Mentre gli altri si agitano, tra libri, interviste e consolle in piazza, Elly Schlein, zitta zitta, va di nuovo a segno. Questa volta con la proposta, solo apparentemente ingenua, di organizzare una grande manifestazione per la pace. È chiaramente un modo per non disperdere il popolo del No emerso al referendum, molto probabilmente sensibile anche alla pace (del resto chi non lo è). Salta agli occhi, però, un dettaglio che distingue la mossa di Schlein dalle iniziative degli altri. Il libro di Giuseppe Conte, così come il percorso organizzato dal M5S o le primarie delle idee di Italia Viva, si rivolgono ai propri elettori di riferimento.
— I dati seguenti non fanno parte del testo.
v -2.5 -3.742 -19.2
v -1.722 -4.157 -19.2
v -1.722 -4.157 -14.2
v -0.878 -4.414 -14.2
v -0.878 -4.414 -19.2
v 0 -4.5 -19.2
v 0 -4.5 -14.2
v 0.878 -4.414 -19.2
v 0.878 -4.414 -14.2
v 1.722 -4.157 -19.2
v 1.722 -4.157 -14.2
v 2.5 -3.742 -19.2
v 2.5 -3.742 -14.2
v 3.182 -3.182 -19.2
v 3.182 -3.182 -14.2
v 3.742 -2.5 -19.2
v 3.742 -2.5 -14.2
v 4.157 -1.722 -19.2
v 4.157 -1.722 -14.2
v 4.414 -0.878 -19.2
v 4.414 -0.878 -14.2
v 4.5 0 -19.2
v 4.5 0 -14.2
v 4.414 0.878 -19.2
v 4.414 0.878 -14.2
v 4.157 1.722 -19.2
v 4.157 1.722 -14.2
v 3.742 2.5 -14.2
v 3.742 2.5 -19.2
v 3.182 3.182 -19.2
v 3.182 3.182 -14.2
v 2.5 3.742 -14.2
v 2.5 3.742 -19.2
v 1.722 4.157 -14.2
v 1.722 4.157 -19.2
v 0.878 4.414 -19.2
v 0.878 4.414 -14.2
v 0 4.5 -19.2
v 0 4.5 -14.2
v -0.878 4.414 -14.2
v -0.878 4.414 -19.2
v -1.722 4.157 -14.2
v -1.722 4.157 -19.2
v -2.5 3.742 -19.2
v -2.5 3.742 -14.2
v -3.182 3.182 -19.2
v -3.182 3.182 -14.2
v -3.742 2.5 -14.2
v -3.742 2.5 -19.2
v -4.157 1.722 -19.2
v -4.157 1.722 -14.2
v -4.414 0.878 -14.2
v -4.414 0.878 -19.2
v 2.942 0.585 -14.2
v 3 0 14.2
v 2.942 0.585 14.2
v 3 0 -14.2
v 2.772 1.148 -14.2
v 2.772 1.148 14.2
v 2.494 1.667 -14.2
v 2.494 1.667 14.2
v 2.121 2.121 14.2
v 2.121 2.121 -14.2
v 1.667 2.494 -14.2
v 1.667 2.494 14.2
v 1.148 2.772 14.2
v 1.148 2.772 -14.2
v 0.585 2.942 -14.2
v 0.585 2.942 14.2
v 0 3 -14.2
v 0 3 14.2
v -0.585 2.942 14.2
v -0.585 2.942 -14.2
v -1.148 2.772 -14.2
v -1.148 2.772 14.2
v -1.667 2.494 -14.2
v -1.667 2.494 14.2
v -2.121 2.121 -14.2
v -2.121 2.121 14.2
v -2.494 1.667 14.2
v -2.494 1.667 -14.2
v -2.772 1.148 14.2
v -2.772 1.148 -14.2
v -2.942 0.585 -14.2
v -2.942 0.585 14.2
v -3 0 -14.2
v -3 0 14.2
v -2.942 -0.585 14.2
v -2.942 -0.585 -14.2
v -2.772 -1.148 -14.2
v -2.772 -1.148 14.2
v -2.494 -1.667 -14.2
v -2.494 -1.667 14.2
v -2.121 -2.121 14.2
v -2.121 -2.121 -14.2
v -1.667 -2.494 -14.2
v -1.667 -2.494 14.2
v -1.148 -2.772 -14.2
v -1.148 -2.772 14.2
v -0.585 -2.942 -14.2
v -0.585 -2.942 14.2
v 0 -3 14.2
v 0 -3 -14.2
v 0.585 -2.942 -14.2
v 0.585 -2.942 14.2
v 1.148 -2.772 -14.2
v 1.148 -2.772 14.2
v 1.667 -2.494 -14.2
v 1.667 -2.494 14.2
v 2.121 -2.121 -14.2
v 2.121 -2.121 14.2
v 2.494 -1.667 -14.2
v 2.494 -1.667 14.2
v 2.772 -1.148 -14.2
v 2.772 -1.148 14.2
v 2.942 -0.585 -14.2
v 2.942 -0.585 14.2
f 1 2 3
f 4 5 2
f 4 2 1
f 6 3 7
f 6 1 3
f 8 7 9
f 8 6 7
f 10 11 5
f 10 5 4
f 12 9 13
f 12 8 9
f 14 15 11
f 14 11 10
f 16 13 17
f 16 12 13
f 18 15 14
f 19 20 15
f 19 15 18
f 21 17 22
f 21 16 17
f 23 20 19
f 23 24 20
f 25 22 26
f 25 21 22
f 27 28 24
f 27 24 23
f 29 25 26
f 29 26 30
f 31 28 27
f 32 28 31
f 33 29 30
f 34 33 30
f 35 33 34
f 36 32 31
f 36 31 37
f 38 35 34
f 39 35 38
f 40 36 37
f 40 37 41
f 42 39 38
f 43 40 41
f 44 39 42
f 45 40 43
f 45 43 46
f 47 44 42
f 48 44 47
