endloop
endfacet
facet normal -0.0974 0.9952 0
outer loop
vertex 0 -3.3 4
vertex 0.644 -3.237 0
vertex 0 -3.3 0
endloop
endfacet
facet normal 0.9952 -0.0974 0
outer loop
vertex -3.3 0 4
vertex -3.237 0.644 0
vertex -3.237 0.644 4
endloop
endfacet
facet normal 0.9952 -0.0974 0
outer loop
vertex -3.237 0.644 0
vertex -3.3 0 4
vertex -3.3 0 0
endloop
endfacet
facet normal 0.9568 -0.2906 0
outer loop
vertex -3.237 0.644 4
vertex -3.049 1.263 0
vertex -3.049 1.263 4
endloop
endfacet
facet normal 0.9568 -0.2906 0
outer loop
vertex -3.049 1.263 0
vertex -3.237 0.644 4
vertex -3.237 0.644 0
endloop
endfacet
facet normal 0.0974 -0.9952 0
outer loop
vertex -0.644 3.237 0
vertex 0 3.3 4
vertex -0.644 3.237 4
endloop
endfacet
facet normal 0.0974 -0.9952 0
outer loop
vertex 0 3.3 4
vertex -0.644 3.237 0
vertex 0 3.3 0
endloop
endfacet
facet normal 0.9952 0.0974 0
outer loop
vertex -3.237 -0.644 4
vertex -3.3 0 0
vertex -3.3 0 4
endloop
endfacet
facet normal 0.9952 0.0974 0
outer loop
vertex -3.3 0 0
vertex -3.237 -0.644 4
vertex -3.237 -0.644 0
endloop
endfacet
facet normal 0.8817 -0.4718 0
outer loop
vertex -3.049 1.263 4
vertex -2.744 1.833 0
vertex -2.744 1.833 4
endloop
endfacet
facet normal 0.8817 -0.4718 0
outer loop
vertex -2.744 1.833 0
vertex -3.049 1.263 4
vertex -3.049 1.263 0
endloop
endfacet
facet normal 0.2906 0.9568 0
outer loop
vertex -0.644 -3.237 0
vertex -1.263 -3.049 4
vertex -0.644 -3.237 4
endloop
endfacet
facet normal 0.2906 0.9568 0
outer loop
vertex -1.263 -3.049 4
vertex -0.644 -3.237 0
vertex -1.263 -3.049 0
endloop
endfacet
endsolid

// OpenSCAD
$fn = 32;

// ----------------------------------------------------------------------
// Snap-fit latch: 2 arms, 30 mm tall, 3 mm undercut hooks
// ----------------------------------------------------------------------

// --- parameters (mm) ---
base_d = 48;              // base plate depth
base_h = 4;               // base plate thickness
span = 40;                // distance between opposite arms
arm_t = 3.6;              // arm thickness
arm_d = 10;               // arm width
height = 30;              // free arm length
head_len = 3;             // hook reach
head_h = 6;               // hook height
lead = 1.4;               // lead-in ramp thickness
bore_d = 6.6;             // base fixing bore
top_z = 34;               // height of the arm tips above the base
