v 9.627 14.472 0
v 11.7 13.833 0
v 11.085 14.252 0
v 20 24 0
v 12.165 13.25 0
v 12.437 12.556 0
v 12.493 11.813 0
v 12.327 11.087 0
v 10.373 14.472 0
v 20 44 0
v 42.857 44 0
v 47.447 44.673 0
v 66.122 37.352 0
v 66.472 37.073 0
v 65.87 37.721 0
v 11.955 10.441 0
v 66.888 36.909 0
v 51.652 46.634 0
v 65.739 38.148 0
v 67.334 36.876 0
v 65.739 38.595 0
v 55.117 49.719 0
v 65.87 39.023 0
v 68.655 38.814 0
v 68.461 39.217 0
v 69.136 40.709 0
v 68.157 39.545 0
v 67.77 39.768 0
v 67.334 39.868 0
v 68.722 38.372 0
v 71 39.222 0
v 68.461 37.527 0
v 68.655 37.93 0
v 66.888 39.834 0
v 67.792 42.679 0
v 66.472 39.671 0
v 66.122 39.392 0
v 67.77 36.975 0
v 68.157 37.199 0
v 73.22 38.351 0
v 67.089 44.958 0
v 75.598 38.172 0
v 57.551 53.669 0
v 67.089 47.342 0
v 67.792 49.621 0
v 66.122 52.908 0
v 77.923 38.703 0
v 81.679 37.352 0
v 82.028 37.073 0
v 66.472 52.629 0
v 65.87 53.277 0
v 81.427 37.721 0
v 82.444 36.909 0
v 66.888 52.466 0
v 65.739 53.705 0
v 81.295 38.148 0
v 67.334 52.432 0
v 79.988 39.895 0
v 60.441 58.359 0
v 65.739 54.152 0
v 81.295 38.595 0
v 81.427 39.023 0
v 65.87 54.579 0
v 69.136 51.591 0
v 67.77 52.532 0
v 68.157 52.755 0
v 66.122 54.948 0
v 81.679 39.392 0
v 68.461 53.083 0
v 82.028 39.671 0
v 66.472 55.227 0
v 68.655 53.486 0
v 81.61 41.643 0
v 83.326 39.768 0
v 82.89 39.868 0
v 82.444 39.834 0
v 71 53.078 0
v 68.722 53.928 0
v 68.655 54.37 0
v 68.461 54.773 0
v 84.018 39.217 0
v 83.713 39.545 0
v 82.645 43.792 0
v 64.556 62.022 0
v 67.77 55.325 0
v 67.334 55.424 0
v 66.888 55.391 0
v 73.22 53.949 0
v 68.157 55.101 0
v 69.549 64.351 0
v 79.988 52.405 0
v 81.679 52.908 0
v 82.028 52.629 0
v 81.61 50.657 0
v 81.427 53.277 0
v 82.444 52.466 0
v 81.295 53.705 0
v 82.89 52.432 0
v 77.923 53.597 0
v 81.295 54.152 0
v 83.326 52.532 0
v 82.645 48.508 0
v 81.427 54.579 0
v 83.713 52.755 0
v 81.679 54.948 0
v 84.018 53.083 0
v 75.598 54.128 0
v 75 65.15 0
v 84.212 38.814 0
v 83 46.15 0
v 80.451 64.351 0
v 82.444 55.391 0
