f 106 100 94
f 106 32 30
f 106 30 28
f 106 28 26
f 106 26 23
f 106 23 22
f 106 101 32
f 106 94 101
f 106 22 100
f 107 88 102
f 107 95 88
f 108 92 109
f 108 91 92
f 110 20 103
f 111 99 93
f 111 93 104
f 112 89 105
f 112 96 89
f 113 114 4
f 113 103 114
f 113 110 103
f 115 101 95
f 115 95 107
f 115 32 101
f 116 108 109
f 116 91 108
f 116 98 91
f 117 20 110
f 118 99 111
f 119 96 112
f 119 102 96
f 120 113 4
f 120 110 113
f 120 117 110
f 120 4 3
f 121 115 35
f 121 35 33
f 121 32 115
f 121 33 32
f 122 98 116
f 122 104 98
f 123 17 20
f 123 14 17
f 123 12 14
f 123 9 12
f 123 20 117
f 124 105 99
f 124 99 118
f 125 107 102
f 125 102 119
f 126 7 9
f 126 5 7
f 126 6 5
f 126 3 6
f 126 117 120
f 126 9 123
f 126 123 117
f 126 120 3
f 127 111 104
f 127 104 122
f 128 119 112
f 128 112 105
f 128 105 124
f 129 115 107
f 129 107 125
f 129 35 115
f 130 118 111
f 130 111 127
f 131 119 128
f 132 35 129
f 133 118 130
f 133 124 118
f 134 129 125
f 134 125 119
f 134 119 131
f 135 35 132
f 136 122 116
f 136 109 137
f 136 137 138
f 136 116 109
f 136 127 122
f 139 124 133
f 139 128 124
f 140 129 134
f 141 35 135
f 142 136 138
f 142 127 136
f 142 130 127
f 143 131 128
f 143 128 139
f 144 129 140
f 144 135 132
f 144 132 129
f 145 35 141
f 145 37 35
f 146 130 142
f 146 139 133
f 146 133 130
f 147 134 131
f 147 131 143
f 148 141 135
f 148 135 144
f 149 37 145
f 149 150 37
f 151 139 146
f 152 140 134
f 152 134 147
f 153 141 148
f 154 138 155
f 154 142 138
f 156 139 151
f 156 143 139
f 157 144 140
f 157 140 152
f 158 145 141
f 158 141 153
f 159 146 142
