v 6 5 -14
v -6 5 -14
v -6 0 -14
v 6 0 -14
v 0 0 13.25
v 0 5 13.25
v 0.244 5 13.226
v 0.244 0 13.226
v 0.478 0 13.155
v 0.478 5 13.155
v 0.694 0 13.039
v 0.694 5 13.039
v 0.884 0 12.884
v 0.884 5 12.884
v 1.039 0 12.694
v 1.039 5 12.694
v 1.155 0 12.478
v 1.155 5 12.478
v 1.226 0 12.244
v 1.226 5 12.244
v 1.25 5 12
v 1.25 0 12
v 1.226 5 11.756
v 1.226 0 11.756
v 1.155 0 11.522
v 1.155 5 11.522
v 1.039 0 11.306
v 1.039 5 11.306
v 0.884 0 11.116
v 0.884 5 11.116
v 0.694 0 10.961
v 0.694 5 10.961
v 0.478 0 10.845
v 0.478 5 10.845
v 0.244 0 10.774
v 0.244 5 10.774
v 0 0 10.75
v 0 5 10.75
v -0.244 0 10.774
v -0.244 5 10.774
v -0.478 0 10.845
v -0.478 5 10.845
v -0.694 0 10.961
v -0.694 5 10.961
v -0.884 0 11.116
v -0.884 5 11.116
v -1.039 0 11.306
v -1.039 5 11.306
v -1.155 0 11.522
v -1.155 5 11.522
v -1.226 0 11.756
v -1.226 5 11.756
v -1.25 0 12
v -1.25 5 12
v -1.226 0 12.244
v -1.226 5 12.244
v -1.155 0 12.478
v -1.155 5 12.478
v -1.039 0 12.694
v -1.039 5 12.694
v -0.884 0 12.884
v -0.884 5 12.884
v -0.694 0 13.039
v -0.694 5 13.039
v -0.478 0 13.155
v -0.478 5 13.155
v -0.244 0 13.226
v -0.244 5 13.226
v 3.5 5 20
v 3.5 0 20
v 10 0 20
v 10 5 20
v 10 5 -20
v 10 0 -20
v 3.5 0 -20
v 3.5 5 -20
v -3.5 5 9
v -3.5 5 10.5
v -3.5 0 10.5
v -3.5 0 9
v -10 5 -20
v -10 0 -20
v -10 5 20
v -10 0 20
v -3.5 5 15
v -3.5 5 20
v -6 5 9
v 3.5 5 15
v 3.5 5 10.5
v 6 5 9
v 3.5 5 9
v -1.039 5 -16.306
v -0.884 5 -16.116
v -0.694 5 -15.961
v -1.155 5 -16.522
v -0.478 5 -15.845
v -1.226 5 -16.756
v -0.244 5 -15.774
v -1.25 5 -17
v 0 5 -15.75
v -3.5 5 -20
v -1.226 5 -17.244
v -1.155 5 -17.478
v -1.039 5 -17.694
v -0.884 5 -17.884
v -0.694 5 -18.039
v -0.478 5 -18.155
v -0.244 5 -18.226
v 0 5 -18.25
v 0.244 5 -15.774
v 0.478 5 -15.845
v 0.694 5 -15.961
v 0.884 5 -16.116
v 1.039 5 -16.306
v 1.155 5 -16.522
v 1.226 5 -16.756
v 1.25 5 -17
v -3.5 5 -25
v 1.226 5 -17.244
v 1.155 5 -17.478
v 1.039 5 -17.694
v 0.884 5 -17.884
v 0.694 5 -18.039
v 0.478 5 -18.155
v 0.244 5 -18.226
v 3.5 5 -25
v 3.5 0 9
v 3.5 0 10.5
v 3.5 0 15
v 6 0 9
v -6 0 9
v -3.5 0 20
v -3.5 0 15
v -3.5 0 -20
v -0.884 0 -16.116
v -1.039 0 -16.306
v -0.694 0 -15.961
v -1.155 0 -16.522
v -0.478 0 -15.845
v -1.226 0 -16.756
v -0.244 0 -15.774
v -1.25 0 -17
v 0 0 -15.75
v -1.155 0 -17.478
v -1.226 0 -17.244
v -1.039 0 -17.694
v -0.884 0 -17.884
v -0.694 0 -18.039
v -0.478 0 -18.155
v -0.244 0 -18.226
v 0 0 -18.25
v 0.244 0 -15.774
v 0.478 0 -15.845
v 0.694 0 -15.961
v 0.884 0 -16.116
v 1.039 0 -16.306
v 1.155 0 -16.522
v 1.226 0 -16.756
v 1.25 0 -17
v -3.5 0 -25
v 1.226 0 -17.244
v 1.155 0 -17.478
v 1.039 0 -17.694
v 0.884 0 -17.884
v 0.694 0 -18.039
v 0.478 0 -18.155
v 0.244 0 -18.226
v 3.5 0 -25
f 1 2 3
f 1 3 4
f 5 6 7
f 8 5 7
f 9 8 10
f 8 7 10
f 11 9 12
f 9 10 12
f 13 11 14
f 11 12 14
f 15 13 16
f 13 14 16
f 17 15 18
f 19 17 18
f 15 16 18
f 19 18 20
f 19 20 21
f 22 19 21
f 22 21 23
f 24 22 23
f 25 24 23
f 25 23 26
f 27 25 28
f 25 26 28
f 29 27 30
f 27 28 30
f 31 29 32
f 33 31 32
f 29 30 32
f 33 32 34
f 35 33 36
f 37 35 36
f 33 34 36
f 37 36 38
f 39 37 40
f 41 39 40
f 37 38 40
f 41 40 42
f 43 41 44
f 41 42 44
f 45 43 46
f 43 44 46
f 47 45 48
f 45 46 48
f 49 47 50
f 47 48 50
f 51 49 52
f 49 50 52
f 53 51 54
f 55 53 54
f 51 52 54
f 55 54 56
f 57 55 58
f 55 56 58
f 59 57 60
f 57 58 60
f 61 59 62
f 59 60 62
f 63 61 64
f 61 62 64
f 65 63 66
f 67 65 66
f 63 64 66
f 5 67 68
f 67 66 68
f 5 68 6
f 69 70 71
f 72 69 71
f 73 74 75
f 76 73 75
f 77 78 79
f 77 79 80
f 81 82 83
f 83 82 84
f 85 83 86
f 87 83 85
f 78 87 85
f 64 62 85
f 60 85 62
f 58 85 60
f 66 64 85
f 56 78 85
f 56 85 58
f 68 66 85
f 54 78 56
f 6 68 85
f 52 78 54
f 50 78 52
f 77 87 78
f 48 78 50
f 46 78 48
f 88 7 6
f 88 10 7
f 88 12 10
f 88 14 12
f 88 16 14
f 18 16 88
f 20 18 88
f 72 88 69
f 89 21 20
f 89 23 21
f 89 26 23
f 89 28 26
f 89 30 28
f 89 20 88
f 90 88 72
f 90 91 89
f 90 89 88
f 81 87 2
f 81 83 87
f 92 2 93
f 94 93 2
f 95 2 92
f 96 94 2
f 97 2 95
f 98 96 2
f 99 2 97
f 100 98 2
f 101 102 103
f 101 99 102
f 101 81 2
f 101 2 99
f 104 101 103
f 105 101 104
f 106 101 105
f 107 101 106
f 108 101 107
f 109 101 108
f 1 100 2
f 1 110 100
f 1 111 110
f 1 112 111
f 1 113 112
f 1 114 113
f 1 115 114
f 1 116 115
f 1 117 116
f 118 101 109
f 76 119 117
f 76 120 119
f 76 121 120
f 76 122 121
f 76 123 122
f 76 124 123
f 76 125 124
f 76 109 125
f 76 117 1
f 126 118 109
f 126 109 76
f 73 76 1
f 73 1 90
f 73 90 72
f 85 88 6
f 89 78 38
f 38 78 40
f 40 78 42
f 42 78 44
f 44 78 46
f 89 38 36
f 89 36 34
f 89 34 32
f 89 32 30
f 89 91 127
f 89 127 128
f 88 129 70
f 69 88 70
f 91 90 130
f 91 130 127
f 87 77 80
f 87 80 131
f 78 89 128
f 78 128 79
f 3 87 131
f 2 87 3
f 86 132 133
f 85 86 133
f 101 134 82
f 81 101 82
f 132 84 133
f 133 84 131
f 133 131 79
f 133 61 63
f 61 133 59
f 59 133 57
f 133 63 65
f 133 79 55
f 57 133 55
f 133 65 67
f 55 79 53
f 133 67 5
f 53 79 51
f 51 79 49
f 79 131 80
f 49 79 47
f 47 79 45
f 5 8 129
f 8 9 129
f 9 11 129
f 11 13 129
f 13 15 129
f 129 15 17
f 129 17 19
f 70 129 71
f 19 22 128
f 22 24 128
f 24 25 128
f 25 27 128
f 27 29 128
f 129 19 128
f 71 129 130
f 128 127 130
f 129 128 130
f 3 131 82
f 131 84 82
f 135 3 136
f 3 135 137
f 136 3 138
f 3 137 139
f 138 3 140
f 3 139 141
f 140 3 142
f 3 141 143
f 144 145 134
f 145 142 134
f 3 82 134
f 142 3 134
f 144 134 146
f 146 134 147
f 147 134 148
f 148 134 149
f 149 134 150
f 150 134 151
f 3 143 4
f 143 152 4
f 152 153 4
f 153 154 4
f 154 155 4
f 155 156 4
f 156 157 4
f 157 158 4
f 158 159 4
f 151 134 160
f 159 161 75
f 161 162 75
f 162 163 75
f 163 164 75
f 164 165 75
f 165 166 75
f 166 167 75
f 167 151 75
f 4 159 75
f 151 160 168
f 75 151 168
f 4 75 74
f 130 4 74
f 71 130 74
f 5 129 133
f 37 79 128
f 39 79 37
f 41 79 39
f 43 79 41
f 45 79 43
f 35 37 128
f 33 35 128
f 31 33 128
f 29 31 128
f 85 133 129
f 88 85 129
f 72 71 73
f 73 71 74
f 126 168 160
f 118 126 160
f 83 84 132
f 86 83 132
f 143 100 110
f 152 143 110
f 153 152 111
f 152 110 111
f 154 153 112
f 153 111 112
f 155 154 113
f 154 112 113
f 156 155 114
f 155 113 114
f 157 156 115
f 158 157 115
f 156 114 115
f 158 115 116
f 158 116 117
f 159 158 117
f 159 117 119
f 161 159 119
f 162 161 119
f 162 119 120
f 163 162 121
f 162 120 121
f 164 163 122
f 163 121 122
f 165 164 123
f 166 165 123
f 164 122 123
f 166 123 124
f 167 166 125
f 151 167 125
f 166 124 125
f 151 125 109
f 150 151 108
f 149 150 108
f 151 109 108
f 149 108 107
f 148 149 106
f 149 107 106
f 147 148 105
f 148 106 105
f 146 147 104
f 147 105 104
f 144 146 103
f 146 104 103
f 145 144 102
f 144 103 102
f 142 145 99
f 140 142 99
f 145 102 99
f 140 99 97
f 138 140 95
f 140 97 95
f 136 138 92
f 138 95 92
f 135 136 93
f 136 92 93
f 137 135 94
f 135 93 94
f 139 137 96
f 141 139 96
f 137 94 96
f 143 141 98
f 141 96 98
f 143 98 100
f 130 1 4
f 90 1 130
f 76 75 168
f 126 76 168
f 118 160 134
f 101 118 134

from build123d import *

# Parameters (mm, degrees)
BOSS_EXTRUDE1_DEPTH = 5
SKETCH2_R           = 1.25
CUT_EXTRUDE1_DEPTH  = 5


with BuildPart() as part:
    # Sketch1 → Boss-Extrude1 (new body)
    with BuildSketch(Plane(origin=(0, 0, 0), x_dir=(1, 0, 0), z_dir=(0, 1, 0))):
        Polygon((-10, 20), (-10, -20), (-3.5, -20), (-3.5, -15), (3.5, -15), (3.5, -20), (10, -20), (10, 20), (3.5, 20), (3.5, 25), (-3.5, 25), (-3.5, 20), align=None)
    extrude(amount=BOSS_EXTRUDE1_DEPTH)

    # Sketch2 → Cut-Extrude1 (cut)
    with BuildSketch(Plane(origin=(0, 5, 0), x_dir=(1, 0, 0), z_dir=(0, 1, 0))):
        with Locations(Location((0, 17, 0), (0, 0, 270))):
            Circle(SKETCH2_R)
        with Locations(Location((0, -12, 0), (0, 0, 270))):
            Circle(SKETCH2_R)
        Polygon((-6, 14), (6, 14), (6, -9), (3.5, -9), (3.5, -10.5), (-3.5, -10.5), (-3.5, -9), (-6, -9), align=None)
    extrude(amount=-CUT_EXTRUDE1_DEPTH, mode=Mode.SUBTRACT)


solid = part.part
La proposta di Schlein, invece, guarda a tutto il campo largo. La risposta è stata positiva. Hanno accolto la proposta Angelo Bonelli e Nicola Fratoianni di Avs. «Pronti a organizzare insieme una grande piazza per la pace, per la giustizia sociale e contro la guerra. Sia questo il primo punto del programma per dare un’alternativa all’Italia». Ma anche Conte, bruciato sul tempo, non ha potuto fare altro che accettare: «Ci stavamo già lavorando e raccogliamo l’invito anche delle altre forze di opposizione: ci ritroveremo tutti insieme unitariamente in piazza per dire no alla politica vergognosa di questo governo». Come sintetizza un dirigente dem, «mentre gli altri discutono di chi è più adatto a fare il leader del centrosinistra, lei lo fa». E non è l’unica iniziativa della segreteria del Pd che va in questa direzione, cioè di esercitare di fatto una leadership sulla coalizione.
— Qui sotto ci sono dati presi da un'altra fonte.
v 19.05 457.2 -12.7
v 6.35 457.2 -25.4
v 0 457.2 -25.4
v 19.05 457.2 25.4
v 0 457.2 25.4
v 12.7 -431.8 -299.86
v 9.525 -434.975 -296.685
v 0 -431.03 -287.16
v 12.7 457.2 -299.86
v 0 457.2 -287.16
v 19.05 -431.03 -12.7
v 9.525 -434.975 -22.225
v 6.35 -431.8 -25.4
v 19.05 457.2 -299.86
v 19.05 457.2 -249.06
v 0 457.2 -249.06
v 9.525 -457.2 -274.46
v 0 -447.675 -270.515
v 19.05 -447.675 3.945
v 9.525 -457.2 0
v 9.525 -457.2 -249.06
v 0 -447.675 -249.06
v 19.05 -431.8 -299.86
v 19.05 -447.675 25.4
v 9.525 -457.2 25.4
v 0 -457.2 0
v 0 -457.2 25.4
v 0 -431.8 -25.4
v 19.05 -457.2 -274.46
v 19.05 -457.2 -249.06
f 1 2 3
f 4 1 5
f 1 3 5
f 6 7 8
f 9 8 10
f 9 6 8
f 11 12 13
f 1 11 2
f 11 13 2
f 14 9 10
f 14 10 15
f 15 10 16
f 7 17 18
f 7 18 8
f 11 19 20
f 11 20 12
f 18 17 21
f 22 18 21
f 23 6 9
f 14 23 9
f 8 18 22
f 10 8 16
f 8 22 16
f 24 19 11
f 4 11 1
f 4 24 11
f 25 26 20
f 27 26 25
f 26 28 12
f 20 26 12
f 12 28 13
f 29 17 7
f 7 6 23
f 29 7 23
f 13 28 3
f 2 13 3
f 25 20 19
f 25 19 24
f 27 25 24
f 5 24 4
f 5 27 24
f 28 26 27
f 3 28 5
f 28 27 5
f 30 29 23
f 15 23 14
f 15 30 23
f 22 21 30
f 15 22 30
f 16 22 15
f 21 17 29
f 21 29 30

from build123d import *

# Parameters (mm, degrees)
F0_W      = 914.4
F0_H      = 50.8
F1_DEPTH  = 19.05
F2_SIZE   = 25.4
F3_SIZE   = 12.7
F4_DEPTH  = 19.05
F5_SIZE   = 25.4
F6_SIZE   = 12.7
F7_SIZE   = 9.525
F7_2_SIZE = 9.525


with BuildPart() as f1:
    # F0 (on Right) → F1 (new body)
    with BuildSketch(Plane.YZ):
        Rectangle(F0_W, F0_H)
    extrude(amount=F1_DEPTH)

    # F2
    f2_edges = [f1.edges().sort_by_distance(p)[0] for p in [
        (9.525, -457.2, -25.4),
    ]]
    chamfer(f2_edges, length=F2_SIZE)

    # F3
    f3_edges = [f1.edges().sort_by_distance(p)[0] for p in [
        (19.05, 12.7, -25.4),
    ]]
    chamfer(f3_edges, length=F3_SIZE)

    # F7
    f7_edges = [f1.edges().sort_by_distance(p)[0] for p in [
        (19.05, -457.2, 12.7),
        (19.05, -450.85, -6.35),
    ]]
    chamfer(f7_edges, length=F7_SIZE)


with BuildPart() as f4:
    # F0 (on Right) → F4 (new body)
    with BuildSketch(Plane.YZ):
        with Locations((0, -274.4600176811)):
            Rectangle(F0_W, F0_H)
    extrude(amount=F4_DEPTH)

    # F5
    f5_edges = [f4.edges().sort_by_distance(p)[0] for p in [
        (9.525, -457.2, -299.860018),
    ]]
    chamfer(f5_edges, length=F5_SIZE)

    # F6
    f6_edges = [f4.edges().sort_by_distance(p)[0] for p in [
        (0, 12.7, -299.860018),
    ]]
    chamfer(f6_edges, length=F6_SIZE)

    # F7#2
    f7_2_edges = [f4.edges().sort_by_distance(p)[0] for p in [
        (0, -450.85, -280.810018),
        (0, -457.2, -261.760018),
    ]]
    chamfer(f7_2_edges, length=F7_2_SIZE)


solid = Compound([f1.part, f4.part])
Venerdì e sabato Schlein volerà a Barcellona, dove si terrà il Global Progressive Mobilisation, un grande evento organizzato dal premier spagnolo Pedro Sanchez per riunire, per la prima volta, i leader progressisti provenienti da tutto il mondo. Ci saranno il presidente del Brasile Luiz Inacio Lula e il colombiano Gustavo Petro, il numero uno del Consiglio europeo Antonio Costa e la vicepresidente della Commissione Ue Teresa Ribera. E altri leader di un centinaio di partiti progressisti di tutto il mondo. L’obiettivo è rilanciare una sorta di Internazionale progressista e mostrare che esiste «un’alternativa all’estrema destra». L’unico leader italiano invitato è Schlein. Un riconoscimento non da poco, soprattutto ora che Conte si è riappropriato dell’etichetta “progressista” e il tema della leadership è in discussione.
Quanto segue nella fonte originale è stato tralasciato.